Investigate the relationship between the size of the electric current passing through a length of wire and its heating effect?

Answer 1

The relationship between size of current in a wire and its heating effect is very simple :- Heating is proportional to the square of the current. The actual heating depends also on the resistance of the wire. W=I2R ( I is current in Amps, R is resistance in Ohms , W is heat output in Watts. ) (Note: The Watt is strictly unit of power. That is to say the rate that energy is transfered or used at. The Joule is a unit of energy equivalent to roughly the amount of mechanical work done when a 1kg mass is lifted 9.8cm.
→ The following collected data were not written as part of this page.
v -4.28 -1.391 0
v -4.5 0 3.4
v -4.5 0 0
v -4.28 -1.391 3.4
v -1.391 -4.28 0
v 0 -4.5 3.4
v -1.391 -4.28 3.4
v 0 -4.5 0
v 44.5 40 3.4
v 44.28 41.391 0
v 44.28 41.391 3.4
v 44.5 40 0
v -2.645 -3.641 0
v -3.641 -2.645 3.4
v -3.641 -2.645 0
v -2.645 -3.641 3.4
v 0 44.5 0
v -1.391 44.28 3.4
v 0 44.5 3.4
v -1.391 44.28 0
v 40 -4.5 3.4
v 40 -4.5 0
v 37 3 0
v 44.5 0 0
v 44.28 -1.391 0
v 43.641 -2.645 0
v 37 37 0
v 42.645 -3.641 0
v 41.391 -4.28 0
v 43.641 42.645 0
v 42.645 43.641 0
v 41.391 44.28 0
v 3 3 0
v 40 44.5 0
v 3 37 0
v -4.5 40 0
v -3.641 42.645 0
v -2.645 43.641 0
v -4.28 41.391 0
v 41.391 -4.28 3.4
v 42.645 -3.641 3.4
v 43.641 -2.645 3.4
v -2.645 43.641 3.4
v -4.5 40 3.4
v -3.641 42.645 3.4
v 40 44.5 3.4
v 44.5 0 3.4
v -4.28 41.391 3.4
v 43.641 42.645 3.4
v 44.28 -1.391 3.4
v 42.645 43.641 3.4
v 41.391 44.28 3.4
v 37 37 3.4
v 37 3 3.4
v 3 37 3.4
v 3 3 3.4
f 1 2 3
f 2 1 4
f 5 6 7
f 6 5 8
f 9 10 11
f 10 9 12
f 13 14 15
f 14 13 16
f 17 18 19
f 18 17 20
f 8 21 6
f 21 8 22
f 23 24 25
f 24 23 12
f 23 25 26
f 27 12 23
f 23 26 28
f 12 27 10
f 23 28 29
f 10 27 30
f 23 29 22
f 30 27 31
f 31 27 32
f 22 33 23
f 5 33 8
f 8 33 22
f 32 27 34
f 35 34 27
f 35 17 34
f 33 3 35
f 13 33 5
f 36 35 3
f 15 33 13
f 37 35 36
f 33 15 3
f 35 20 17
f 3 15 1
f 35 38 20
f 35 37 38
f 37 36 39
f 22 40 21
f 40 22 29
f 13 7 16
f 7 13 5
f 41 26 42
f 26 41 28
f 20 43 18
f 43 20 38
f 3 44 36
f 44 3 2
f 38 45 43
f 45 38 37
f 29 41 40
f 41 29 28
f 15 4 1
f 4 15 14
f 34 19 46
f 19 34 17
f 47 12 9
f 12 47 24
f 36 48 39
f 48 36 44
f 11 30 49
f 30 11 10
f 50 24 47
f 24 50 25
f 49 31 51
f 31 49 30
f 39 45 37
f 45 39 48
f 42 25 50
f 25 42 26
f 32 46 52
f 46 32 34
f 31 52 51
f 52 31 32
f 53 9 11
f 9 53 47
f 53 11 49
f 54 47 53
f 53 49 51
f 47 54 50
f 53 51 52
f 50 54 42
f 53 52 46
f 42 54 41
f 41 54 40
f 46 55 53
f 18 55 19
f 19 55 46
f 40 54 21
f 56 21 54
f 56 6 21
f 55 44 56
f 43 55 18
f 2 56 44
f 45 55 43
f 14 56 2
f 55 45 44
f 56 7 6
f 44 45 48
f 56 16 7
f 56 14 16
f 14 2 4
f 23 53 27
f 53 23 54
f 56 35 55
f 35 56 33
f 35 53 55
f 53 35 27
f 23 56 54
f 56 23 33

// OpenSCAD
// file: vars.scad
$fn=20;
$fs=0.3;

split = false;
needs_center_plate_screw = true;
hotswap = true;

rows = 2;
columns = 2;
switchColumns = (split) ? columns / 2 : columns; // the number of columns to use when making the switch grid

// magnet dimens
magnet_d = 10.2; // diameter
magnet_t = 2.7; // thickness

switch_hole_size = 14;
switch_spacing = 3; // 3mm on either size of switch hole

plate_thickness = 1.4;
plate_spacer_thickness = 3.4;
helper_thickness = 6 - plate_thickness;

bezel_r = switch_spacing; // corner bezel radius
bezel_d = bezel_r/2 - bezel_r/2;

base_height = magnet_d + 1.5; //15; // height of base, inlcuding cutout

echo("total height", base_height + helper_thickness + plate_thickness + plate_spacer_thickness);

// the amount of space used to calculate grid size
ss = switch_hole_size + switch_spacing * 2; 

// overall case size before bezels
case_length = (split) ? ss * columns / 2 : ss * columns;
case_depth = ss * rows;

case_thickness_factor = 1.5;

// screw params
screw_h = 10;
screw_d = 3.2;
screw_head_diff = 2.5;
screw_head_h = 3;

cs_head_diff = 2.8;
cs_head_h = 2.8;

// outside screw hole 
screw_locs = [
    [ bezel_d, bezel_d], // front left
    [ case_length + bezel_d, bezel_d], // front right
    [ case_length + bezel_d, case_depth + bezel_d], // back right
    [ bezel_d, case_depth + bezel_d] // back left
];

// outer limits of case
back_of_case = screw_locs[2][1] + bezel_r * case_thickness_factor;
right_edge_of_case = screw_locs[2][0] + bezel_r * case_thickness_factor;



// m3 heat sert diameter
m3_hs_d = 5.5; 

jack_hole_d = 6.35;
jack_barrel_d = 8.5;

// pro micro
mcu_l = 33.75;
mcu_w = 18;
mcu_h = 1.5;
usb_w = 8;
usb_h = 3.75;

solder_channel_w = 3;
solder_channel_d = 2;
// main file
include <vars.scad>;

// return the location for a switch hole given a column and row grid number
function switch_location(column, row) = [ 
    (column * ss) + bezel_r, 
    (row * ss) + bezel_r ];

module screw() {
    union() {
        cylinder(d=screw_d + screw_head_diff, h=screw_head_h);
        translate([0, 0, screw_head_h])
            cylinder(d=screw_d, h=screw_h);
    }
}

module countersunk_screw() {
    union() {
        cylinder(d1=screw_d + cs_head_diff, d2=screw_d, h=cs_head_h);
        translate([0, 0, cs_head_h-0.01])
            cylinder(d=screw_d, h=screw_h + 0.01);
    }
}

module case_shape(height) {
    hull() {
        for (i = [0:len(screw_locs) - 1]) {
            screw_x = screw_locs[i][0]; screw_y = screw_locs[i][1];

            translate([screw_x, screw_y, 0])
                cylinder(r=bezel_r * case_thickness_factor, h=height);
        }
    }
}

module case_cavity(height) {
    right_switch = (split) ? columns/2 : columns;

    front_left = switch_location(0, 0);
    back_right = switch_location(right_switch, rows);

    cavity_length = back_right[0] - switch_spacing*2 - front_left[0];
    cavity_depth = back_right[1] - switch_spacing*2 - front_left[1];

    translate([front_left[0], front_left[1], 0])
        cube([cavity_length, cavity_depth, height]);
}

module heatsert_guide(height) {
    union() {
        cylinder(d=m3_hs_d, h=height);
        translate([0, 0, height*0.85])
            cylinder(d=m3_hs_d+0.5, h=height*0.23);
    }
}

module pro_micro() {
    union() {
        // board base
        cube([mcu_w, mcu_l, mcu_h + usb_h]);

        // usb port
        //translate([mcu_w/2 - usb_w/2, 0, mcu_h - 0.1])
        //    cube([usb_w, mcu_l, usb_h + 0.1]);

        // room for pins at front
        translate([0, 0, mcu_h])
            cube([mcu_w, mcu_l - 3, base_height]);

        // inside solder channel
        translate([0, 0, -solder_channel_d])
            cube([solder_channel_w, mcu_l - 1, solder_channel_d + 0.1]);

        // outside solder channel
        translate([mcu_w - solder_channel_w, 0, -solder_channel_d])
            cube([solder_channel_w, mcu_l - 1, solder_channel_d + 0.1]);
    }
}

module jack_hole() {
    // trrs jack mounting hole
    rotate(90, [1, 0, 0])
        cylinder(d=jack_hole_d, h=case_depth/2);
    
    // trrs jack barrel hole
    translate([0, -1.75, 0])
        rotate(90, [1, 0, 0])
            cylinder(d=jack_barrel_d, h=case_depth/2);
}

// screw holes
module screw_holes() {
    for (i = [0:len(screw_locs) - 1]) {
        screw_x = screw_locs[i][0]; screw_y = screw_locs[i][1];
        
        translate([screw_x, screw_y, -0.01])
            //rotate(180, [1, 0, 0])
                countersunk_screw();
    }
}

module magnet_holes() {
    union() {
        for (i = [0:rows-1]) {
            switch_loc = switch_location(1, i);

            translate([right_edge_of_case - magnet_t + 0.01, switch_loc[1] + switch_hole_size/2, base_height/2])
            rotate(90, [0, 1, 0]) {
                cylinder(d=magnet_d, h=magnet_t);

                // little holes to stick something in to forcibly remove magnet if desired
                translate([0, 0, -magnet_t*2])
                    cylinder(d=3, h=magnet_t*4);
            }
        }
    }
}

module usb_c_board() {
    width = 8.3;
    height = 2.5;

    x_pos = width/2 - height/2;

    board_w = 15;
    board_l = 14.5;
    port_protrusion = 3;

    hull() {
        translate([-x_pos, 0, 0])
            rotate(90, [1, 0, 0])
                cylinder(d=height, h=width);

        translate([x_pos, 0, 0])
            rotate(90, [1, 0, 0])
                cylinder(d=height, h=width);
    }

    translate([0, -board_l/2 - port_protrusion, 0])
    cube([board_w, board_l, 1], center=true);
}

//usb_c_board();

module plate_spacer() {
    difference() {
        case_shape(plate_spacer_thickness);
        case_cavity(plate_spacer_thickness);

        translate([0,0,screw_h])
            screw_holes();
    }
}

plate_spacer();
The Watt is the number of Joules expended per second.) For AC current this relationship gives an instantaneous value for the power. To get the average power you need to use the RMS value. (Peak value divided by the square root of two.) The above relationship holds true for all cases, but the wires resistance will change with temperature. In practice this means the equation must be applied for the wire in thermal equilibrium with it's environment. IE when the rate of heat output equals the rate of energy input. That is, it's working temperature. The way a material changes resistance with temperature can be quite complex and depends on the material, but for metals the resistance increases linearly with temperature. How much is given by the temperature coefficient of electrical resistance for the particular metal. This gives the amount that the resistance changes proportional to the change in temperature as a fraction of the original resistance.

Answer

It's work, not heat, that's proportional to the square of the current passing through a resistance. The amount of heat depends on the temperature difference between the resistance and the surrounding atmosphere.

Answer 2

yes the experiment is to prove Joules law. :)